How to Get Rid of Raccoons

Raccoon in a trap

Raccoons are many things - cute, intelligent, devious, charismatic, strong and downright destructive. Battling a raccoon can be a huge challenge and should be dealt with early. They are not one of those creatures that can be tolerated in your space - they will absolutely destroy an attic or crawlspace if left long enough. 

In late winter/early spring the sow raccoons (females) are looking to move from outdoor communal dens to a solitary birthing den - which can easily be your attic or roof. Here she seeks a safe spot to give birth to an average of 3 kits. She will keep the kits inside for 2-3 months depending on weather, during a cold summer they may spend nights inside regularly for the entire season. 

Raccoon dens have a communal toilet area, the size of which can indicate how many generations have been utilizing the space. Extreme caution must be taken when cleaning these areas because raccoon feces can transmit distemper, raccoon roundworms and various other bacterial infections, as well as protozoan and other parasites. Proper safety equipment and clothing is necessary for any raccoon clean up. For more information you can refer to advice from the CDC here.

Before and after pictures of damage done by raccoons in a crawlspace

This before and after shot shows a crawlspace after generations of raccoons called it home. Unfortunately the attic was also victim to destruction. Luckily this was covered by insurance but many policies have been re-written to remove wildlife protection. Know what to look and listen for - tracks in the snow, sand or mud around your cottage (just google what their tracks look like, we don't have a good photo if you can believe it! We'll fix that). Raccoons make a wide variety of sounds: thumping or scratching while they move around but also vocalizations such as growling, snarling and a high pitched purr.

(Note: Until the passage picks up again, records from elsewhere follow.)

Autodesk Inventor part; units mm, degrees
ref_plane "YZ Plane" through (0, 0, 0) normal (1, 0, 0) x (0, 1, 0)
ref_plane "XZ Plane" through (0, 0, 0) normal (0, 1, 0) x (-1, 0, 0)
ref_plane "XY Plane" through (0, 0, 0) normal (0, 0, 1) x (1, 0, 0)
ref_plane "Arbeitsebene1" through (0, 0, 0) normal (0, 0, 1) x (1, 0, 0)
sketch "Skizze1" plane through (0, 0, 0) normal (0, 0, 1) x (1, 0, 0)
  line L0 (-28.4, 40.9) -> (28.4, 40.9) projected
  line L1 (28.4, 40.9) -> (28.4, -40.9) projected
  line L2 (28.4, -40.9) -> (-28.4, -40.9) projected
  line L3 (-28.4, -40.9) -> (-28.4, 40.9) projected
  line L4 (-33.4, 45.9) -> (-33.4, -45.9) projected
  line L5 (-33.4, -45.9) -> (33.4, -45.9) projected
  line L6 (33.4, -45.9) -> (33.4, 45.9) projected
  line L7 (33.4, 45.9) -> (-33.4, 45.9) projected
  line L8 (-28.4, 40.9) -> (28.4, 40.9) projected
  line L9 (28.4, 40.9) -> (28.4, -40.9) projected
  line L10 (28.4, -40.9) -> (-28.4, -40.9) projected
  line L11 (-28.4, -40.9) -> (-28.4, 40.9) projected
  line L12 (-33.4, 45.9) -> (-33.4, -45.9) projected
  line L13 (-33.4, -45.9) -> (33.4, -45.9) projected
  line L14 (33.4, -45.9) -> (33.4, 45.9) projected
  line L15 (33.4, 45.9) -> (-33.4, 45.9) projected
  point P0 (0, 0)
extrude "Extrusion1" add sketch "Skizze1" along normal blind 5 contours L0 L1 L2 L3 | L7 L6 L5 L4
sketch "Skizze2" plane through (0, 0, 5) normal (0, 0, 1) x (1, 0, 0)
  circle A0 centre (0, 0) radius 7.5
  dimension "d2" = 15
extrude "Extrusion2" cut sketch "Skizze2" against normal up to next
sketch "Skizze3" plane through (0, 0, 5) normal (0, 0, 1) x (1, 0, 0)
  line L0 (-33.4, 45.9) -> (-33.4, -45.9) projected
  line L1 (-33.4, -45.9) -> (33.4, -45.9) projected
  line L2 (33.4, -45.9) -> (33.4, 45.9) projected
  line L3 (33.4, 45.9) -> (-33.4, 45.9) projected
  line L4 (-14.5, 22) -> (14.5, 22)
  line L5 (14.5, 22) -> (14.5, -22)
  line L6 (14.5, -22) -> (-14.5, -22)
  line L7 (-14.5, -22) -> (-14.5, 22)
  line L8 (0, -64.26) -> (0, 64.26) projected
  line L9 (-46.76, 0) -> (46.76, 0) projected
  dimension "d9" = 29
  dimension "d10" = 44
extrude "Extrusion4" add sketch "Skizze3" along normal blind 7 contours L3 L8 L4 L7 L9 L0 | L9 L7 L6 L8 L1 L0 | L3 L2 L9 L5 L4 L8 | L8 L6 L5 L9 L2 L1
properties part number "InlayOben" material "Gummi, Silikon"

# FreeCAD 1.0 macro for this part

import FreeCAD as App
import Part
import Sketcher

V = App.Vector
Q = App.Units.Quantity


def add_polygon(sketch, points):
    """Adds a closed chain of lines whose ends are joined by coincident constraints."""
    first, n = sketch.GeometryCount, len(points)
    for a, b in zip(points, points[1:] + points[:1]):
        sketch.addGeometry(Part.LineSegment(App.Vector(*a, 0), App.Vector(*b, 0)), False)
    for i in range(n):
        sketch.addConstraint(Sketcher.Constraint("Coincident", first + i, 2, first + (i + 1) % n, 1))

doc = App.newDocument("Part")
body = doc.addObject("PartDesign::Body", "Body")

# Sketch on XY plane
sketch1 = doc.addObject("Sketcher::SketchObject", "Sketch")
body.addObject(sketch1)
sketch1.AttachmentSupport = (doc.XY_Plane, [""])
sketch1.MapMode = "FlatFace"
add_polygon(sketch1, [(33, 46), (-33, 46), (-33, -46), (33, -46)])  # lines 0-3
sketch1.addConstraint(Sketcher.Constraint("Horizontal", 0))
sketch1.addConstraint(Sketcher.Constraint("Vertical", 1))
sketch1.addConstraint(Sketcher.Constraint("Horizontal", 2))
sketch1.addConstraint(Sketcher.Constraint("Vertical", 3))
sketch1.addConstraint(Sketcher.Constraint("Symmetric", 0, 2, 2, 2, -1, 1))
sketch1.addConstraint(Sketcher.Constraint("DistanceX", 0, 2, 0, 1, Q("66.8 mm")))
sketch1.addConstraint(Sketcher.Constraint("DistanceY", 1, 2, 1, 1, Q("91.8 mm")))
pad1 = doc.addObject("PartDesign::Pad", "Pad")
body.addObject(pad1)
pad1.Profile = sketch1
pad1.Length = 5

# Sketch on XY plane
sketch2 = doc.addObject("Sketcher::SketchObject", "Sketch001")
body.addObject(sketch2)
sketch2.AttachmentSupport = (doc.XY_Plane, [""])
sketch2.MapMode = "FlatFace"
sketch2.AttachmentOffset = App.Placement(V(0, 0, 5), App.Rotation())
sketch2.addGeometry(Part.Circle(V(0, 0, 0), V(0, 0, 1), 8), False)
sketch2.addConstraint(Sketcher.Constraint("Coincident", 0, 3, -1, 1))
sketch2.addConstraint(Sketcher.Constraint("Diameter", 0, Q("15 mm")))
pocket1 = doc.addObject("PartDesign::Pocket", "Pocket")
body.addObject(pocket1)
pocket1.Profile = sketch2
pocket1.Type = "UpToFirst"

# Sketch on XY plane
sketch3 = doc.addObject("Sketcher::SketchObject", "Sketch002")
body.addObject(sketch3)
sketch3.AttachmentSupport = (doc.XY_Plane, [""])
sketch3.MapMode = "FlatFace"
sketch3.AttachmentOffset = App.Placement(V(0, 0, 5), App.Rotation())
add_polygon(sketch3, [(-33, 46), (-33, -46), (33, -46), (33, 46)])  # lines 0-3
add_polygon(sketch3, [(-14, 22), (14, 22), (14, -22), (-14, -22)])  # lines 4-7
sketch3.addConstraint(Sketcher.Constraint("Vertical", 0))
sketch3.addConstraint(Sketcher.Constraint("Horizontal", 1))
sketch3.addConstraint(Sketcher.Constraint("Vertical", 2))
sketch3.addConstraint(Sketcher.Constraint("Horizontal", 3))
sketch3.addConstraint(Sketcher.Constraint("Horizontal", 4))
sketch3.addConstraint(Sketcher.Constraint("Vertical", 5))
sketch3.addConstraint(Sketcher.Constraint("Horizontal", 6))
sketch3.addConstraint(Sketcher.Constraint("Vertical", 7))
sketch3.addConstraint(Sketcher.Constraint("Symmetric", 0, 2, 2, 2, -1, 1))
sketch3.addConstraint(Sketcher.Constraint("Symmetric", 4, 2, 6, 2, -1, 1))
sketch3.addConstraint(Sketcher.Constraint("DistanceX", 4, 1, 4, 2, Q("29 mm")))
sketch3.addConstraint(Sketcher.Constraint("DistanceY", 5, 2, 5, 1, Q("44 mm")))
sketch3.addConstraint(Sketcher.Constraint("DistanceX", 1, 1, 1, 2, Q("66.8 mm")))
sketch3.addConstraint(Sketcher.Constraint("DistanceY", 0, 2, 0, 1, Q("91.8 mm")))
pad2 = doc.addObject("PartDesign::Pad", "Pad001")
body.addObject(pad2)
pad2.Profile = sketch3
pad2.Length = 7

doc.recompute()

You should also look for entry points, which is easier said than done. Raccoons need a fairly large access hole, but you may have to get on the roof to see it. Any trees very close to the building, especially with branches touching the roof, allow them direct access. So do TV antennas if you still have one. Raccoons will use it as a ladder and get directly onto your roof. From there they can rip through roof vents, peel away fascia or soffit, or rip off decorative covers for air ventilation in the attic. To access a crawlspace under the building, all they have to do is dig a hole in most cases, so look for disturbed dirt that looks like it has been smoothed away from the building.

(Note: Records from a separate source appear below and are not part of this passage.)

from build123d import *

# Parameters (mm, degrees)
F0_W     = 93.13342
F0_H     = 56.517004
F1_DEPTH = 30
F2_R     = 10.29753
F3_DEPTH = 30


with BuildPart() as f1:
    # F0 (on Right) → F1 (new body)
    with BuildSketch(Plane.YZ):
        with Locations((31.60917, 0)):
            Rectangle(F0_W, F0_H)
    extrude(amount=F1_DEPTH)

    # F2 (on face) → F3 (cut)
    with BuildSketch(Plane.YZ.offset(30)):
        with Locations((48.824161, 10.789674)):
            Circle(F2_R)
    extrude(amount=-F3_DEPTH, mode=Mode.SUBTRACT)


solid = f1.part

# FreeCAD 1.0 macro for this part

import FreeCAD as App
import Part
import Sketcher
from FreeCAD import Vector


def add_polygon(sketch, points):
    """Adds a closed chain of lines whose ends are joined by coincident constraints."""
    first, n = sketch.GeometryCount, len(points)
    for a, b in zip(points, points[1:] + points[:1]):
        sketch.addGeometry(Part.LineSegment(App.Vector(*a, 0), App.Vector(*b, 0)), False)
    for i in range(n):
        sketch.addConstraint(Sketcher.Constraint("Coincident", first + i, 2, first + (i + 1) % n, 1))

doc = App.newDocument("Part")
body = doc.addObject("PartDesign::Body", "Body")

# Sketch on YZ plane
sketch1 = body.newObject("Sketcher::SketchObject", "Sketch")
sketch1.AttachmentSupport = (doc.getObject("YZ_Plane"), [""])
sketch1.MapMode = "FlatFace"
add_polygon(sketch1, [(-15, 28), (-15, -28), (78, -28), (78, 28)])  # lines 0-3
sketch1.addConstraint([
    Sketcher.Constraint("Vertical", 0),
    Sketcher.Constraint("Horizontal", 1),
    Sketcher.Constraint("Vertical", 2),
    Sketcher.Constraint("Horizontal", 3),
    Sketcher.Constraint("DistanceX", 1, 1, 1, 2, 93.13342),
    Sketcher.Constraint("DistanceY", 0, 2, -1, 1, 28.258502),
    Sketcher.Constraint("DistanceY", -1, 1, 2, 2, 28.258502),
    Sketcher.Constraint("DistanceX", 0, 2, -1, 1, 14.95754),
])
pad1 = body.newObject("PartDesign::Pad", "Pad")
pad1.Profile = sketch1
pad1.Length = 30

# Sketch on YZ plane
sketch2 = body.newObject("Sketcher::SketchObject", "Sketch001")
sketch2.AttachmentSupport = (doc.getObject("YZ_Plane"), [""])
sketch2.MapMode = "FlatFace"
sketch2.AttachmentOffset = App.Placement(Vector(0, 0, 30), App.Rotation())
sketch2.addGeometry(Part.Circle(Vector(49, 11, 0), Vector(0, 0, 1), 10), False)
sketch2.addConstraint([
    Sketcher.Constraint("Diameter", 0, 20.59506),
    Sketcher.Constraint("DistanceX", -1, 1, 0, 3, 48.824161),
    Sketcher.Constraint("DistanceY", -1, 1, 0, 3, 10.789674),
])
pocket1 = body.newObject("PartDesign::Pocket", "Pocket")
pocket1.Profile = sketch2
pocket1.Length = 30

doc.recompute()
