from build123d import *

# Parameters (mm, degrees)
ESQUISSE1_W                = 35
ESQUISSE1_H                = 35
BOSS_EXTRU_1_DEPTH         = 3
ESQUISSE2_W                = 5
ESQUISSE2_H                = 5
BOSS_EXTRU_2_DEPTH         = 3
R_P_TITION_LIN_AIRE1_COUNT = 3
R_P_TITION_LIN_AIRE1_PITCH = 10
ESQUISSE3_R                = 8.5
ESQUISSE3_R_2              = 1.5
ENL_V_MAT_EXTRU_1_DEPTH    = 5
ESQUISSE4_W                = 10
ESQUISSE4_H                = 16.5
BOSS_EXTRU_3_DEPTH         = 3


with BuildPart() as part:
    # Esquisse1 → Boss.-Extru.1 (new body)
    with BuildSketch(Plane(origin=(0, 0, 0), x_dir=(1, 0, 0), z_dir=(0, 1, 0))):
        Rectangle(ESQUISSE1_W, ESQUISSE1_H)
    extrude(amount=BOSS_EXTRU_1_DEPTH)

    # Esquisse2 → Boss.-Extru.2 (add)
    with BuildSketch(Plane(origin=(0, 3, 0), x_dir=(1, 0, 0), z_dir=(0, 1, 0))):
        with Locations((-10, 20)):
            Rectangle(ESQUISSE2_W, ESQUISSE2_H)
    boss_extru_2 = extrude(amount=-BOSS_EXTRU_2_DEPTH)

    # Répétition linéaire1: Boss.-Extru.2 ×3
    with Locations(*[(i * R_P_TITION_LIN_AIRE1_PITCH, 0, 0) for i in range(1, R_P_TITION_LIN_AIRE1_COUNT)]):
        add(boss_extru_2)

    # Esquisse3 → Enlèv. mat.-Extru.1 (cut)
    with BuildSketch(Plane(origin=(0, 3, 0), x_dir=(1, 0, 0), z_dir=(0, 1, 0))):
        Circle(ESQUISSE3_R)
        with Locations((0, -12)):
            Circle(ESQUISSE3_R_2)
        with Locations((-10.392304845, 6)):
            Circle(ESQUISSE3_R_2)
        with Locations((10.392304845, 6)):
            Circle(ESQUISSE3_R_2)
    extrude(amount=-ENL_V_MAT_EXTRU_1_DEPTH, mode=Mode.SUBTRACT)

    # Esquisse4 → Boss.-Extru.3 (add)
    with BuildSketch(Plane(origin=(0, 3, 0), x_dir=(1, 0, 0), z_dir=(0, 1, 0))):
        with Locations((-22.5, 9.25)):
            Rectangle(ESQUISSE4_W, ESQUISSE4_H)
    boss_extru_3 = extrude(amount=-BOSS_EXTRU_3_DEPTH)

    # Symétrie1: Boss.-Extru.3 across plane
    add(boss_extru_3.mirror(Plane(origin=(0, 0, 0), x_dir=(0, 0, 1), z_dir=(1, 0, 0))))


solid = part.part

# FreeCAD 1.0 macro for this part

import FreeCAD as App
import Part
import Sketcher

V = App.Vector
Q = App.Units.Quantity


def add_polygon(sketch, points):
    """Adds a closed chain of lines whose ends are joined by coincident constraints."""
    first, n = sketch.GeometryCount, len(points)
    for a, b in zip(points, points[1:] + points[:1]):
        sketch.addGeometry(Part.LineSegment(App.Vector(*a, 0), App.Vector(*b, 0)), False)
    for i in range(n):
        sketch.addConstraint(Sketcher.Constraint("Coincident", first + i, 2, first + (i + 1) % n, 1))

doc = App.newDocument("Part")
body = doc.addObject("PartDesign::Body", "Body")

# Sketch on XZ plane
sketch1 = doc.addObject("Sketcher::SketchObject", "Sketch")
body.addObject(sketch1)
sketch1.AttachmentSupport = (doc.XZ_Plane, [""])
sketch1.MapMode = "FlatFace"
add_polygon(sketch1, [(-18, -18), (-18, 18), (18, 18), (18, -18)])  # lines 0-3
sketch1.addConstraint(Sketcher.Constraint("Vertical", 0))
sketch1.addConstraint(Sketcher.Constraint("Horizontal", 1))
sketch1.addConstraint(Sketcher.Constraint("Vertical", 2))
sketch1.addConstraint(Sketcher.Constraint("Horizontal", 3))
sketch1.addConstraint(Sketcher.Constraint("Symmetric", 0, 2, 2, 2, -1, 1))
sketch1.addConstraint(Sketcher.Constraint("Equal", 3, 0))
sketch1.addConstraint(Sketcher.Constraint("DistanceX", 1, 1, 1, 2, Q("35 mm")))
pad1 = doc.addObject("PartDesign::Pad", "Pad")
body.addObject(pad1)
pad1.Profile = sketch1
pad1.Length = 3
pad1.Reversed = True

# Sketch on XZ plane
sketch2 = doc.addObject("Sketcher::SketchObject", "Sketch001")
body.addObject(sketch2)
sketch2.AttachmentSupport = (doc.XZ_Plane, [""])
sketch2.MapMode = "FlatFace"
sketch2.AttachmentOffset = App.Placement(V(0, 0, -3), App.Rotation())
add_polygon(sketch2, [(-12, -22), (-12, -18), (-8, -18), (-8, -22)])  # lines 0-3
sketch2.addConstraint(Sketcher.Constraint("Vertical", 0))
sketch2.addConstraint(Sketcher.Constraint("Horizontal", 1))
sketch2.addConstraint(Sketcher.Constraint("Vertical", 2))
sketch2.addConstraint(Sketcher.Constraint("Horizontal", 3))
sketch2.addConstraint(Sketcher.Constraint("Equal", 3, 0))
sketch2.addConstraint(Sketcher.Constraint("DistanceX", 1, 1, 1, 2, Q("5 mm")))
sketch2.addConstraint(Sketcher.Constraint("DistanceX", 0, 2, -1, 1, Q("12.5 mm")))
sketch2.addConstraint(Sketcher.Constraint("DistanceY", 0, 2, -1, 1, Q("17.5 mm")))
pad2 = doc.addObject("PartDesign::Pad", "Pad001")
body.addObject(pad2)
pad2.Profile = sketch2
pad2.Length = 3
doc.recompute()

linearpattern = doc.addObject("PartDesign::LinearPattern", "LinearPattern")
body.addObject(linearpattern)
linearpattern.Originals = [pad2]
linearpattern.Direction = (doc.X_Axis, [""])
linearpattern.Mode = "offset"
linearpattern.Offset = 10
linearpattern.Occurrences = 3
body.Tip = linearpattern

# Sketch on XZ plane
sketch3 = doc.addObject("Sketcher::SketchObject", "Sketch002")
body.addObject(sketch3)
sketch3.AttachmentSupport = (doc.XZ_Plane, [""])
sketch3.MapMode = "FlatFace"
sketch3.AttachmentOffset = App.Placement(V(0, 0, -3), App.Rotation())
sketch3.addGeometry(Part.Circle(V(0, 0, 0), V(0, 0, 1), 8.5), False)
sketch3.addGeometry(Part.Circle(V(0, 12, 0), V(0, 0, 1), 1.5), False)
sketch3.addGeometry(Part.Circle(V(-10.4, -6, 0), V(0, 0, 1), 1.5), False)
sketch3.addGeometry(Part.Circle(V(10.4, -6, 0), V(0, 0, 1), 1.5), False)
sketch3.addConstraint(Sketcher.Constraint("Coincident", 0, 3, -1, 1))
sketch3.addConstraint(Sketcher.Constraint("Equal", 1, 2))
sketch3.addConstraint(Sketcher.Constraint("Equal", 2, 3))
sketch3.addConstraint(Sketcher.Constraint("Symmetric", 2, 3, 3, 3, -2))
sketch3.addConstraint(Sketcher.Constraint("PointOnObject", 1, 3, -2))
sketch3.addConstraint(Sketcher.Constraint("Diameter", 0, Q("17 mm")))
sketch3.addConstraint(Sketcher.Constraint("Diameter", 1, Q("3 mm")))
sketch3.addConstraint(Sketcher.Constraint("DistanceY", -1, 1, 1, 3, Q("12 mm")))
sketch3.addConstraint(Sketcher.Constraint("DistanceY", 2, 3, -1, 1, Q("6 mm")))
sketch3.addConstraint(Sketcher.Constraint("DistanceX", 2, 3, 3, 3, Q("20.78461 mm")))
pocket1 = doc.addObject("PartDesign::Pocket", "Pocket")
body.addObject(pocket1)
pocket1.Profile = sketch3
pocket1.Length = 5
pocket1.Reversed = True

# Sketch on XZ plane
sketch4 = doc.addObject("Sketcher::SketchObject", "Sketch003")
body.addObject(sketch4)
sketch4.AttachmentSupport = (doc.XZ_Plane, [""])
sketch4.MapMode = "FlatFace"
sketch4.AttachmentOffset = App.Placement(V(0, 0, -3), App.Rotation())
add_polygon(sketch4, [(-28, -18), (-28, -1), (-18, -1), (-18, -18)])  # lines 0-3
sketch4.addConstraint(Sketcher.Constraint("Vertical", 0))
sketch4.addConstraint(Sketcher.Constraint("Horizontal", 1))
sketch4.addConstraint(Sketcher.Constraint("Vertical", 2))
sketch4.addConstraint(Sketcher.Constraint("Horizontal", 3))
sketch4.addConstraint(Sketcher.Constraint("DistanceX", 1, 1, 1, 2, Q("10 mm")))
sketch4.addConstraint(Sketcher.Constraint("DistanceY", 0, 1, 0, 2, Q("16.5 mm")))
sketch4.addConstraint(Sketcher.Constraint("DistanceY", 0, 2, -1, 1, Q("1 mm")))
sketch4.addConstraint(Sketcher.Constraint("DistanceX", 0, 2, -1, 1, Q("27.5 mm")))
pad3 = doc.addObject("PartDesign::Pad", "Pad002")
body.addObject(pad3)
pad3.Profile = sketch4
pad3.Length = 3
doc.recompute()

mirrored = doc.addObject("PartDesign::Mirrored", "Mirrored")
body.addObject(mirrored)
mirrored.Originals = [pad3]
mirrored.MirrorPlane = (doc.YZ_Plane, [""])
body.Tip = mirrored

doc.recompute()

If you have a raccoon already and are looking to live trap it, be sure to wear heavy duty wildlife gloves and remember that by law, animals in live traps must be released within 1 km of the trap site to prevent the spread of population-specific diseases. Live traps must be checked every 24 hours to ensure the animal doesn't suffer.

If you are ready to take measures to seal them out, be absolutely certain that all the animals are out. If you seal one in there are too many consequences to list. Some DIY techniques to deter raccoons are:

- Remove tree limbs within ~2' of the roofline.

- Cover TV antenna with flat stock to prevent climbing - covering one rung is sufficient but make sure to cover the bottom as well .

- Ensure all soffit is securely attached to 'J' trim and fascia.

- Cover roof vents with hardware cloth to prevent animals from pulling the vent off. Chicken wire and rocks won't do it, as you can see in the photo below.

- Install hardware cloth inside attic ventilation areas.

- Use flat stock or hardware cloth as a skirt around the bottom of the building, ensuring some of the substrate below has been excavated to prevent digging (see photo).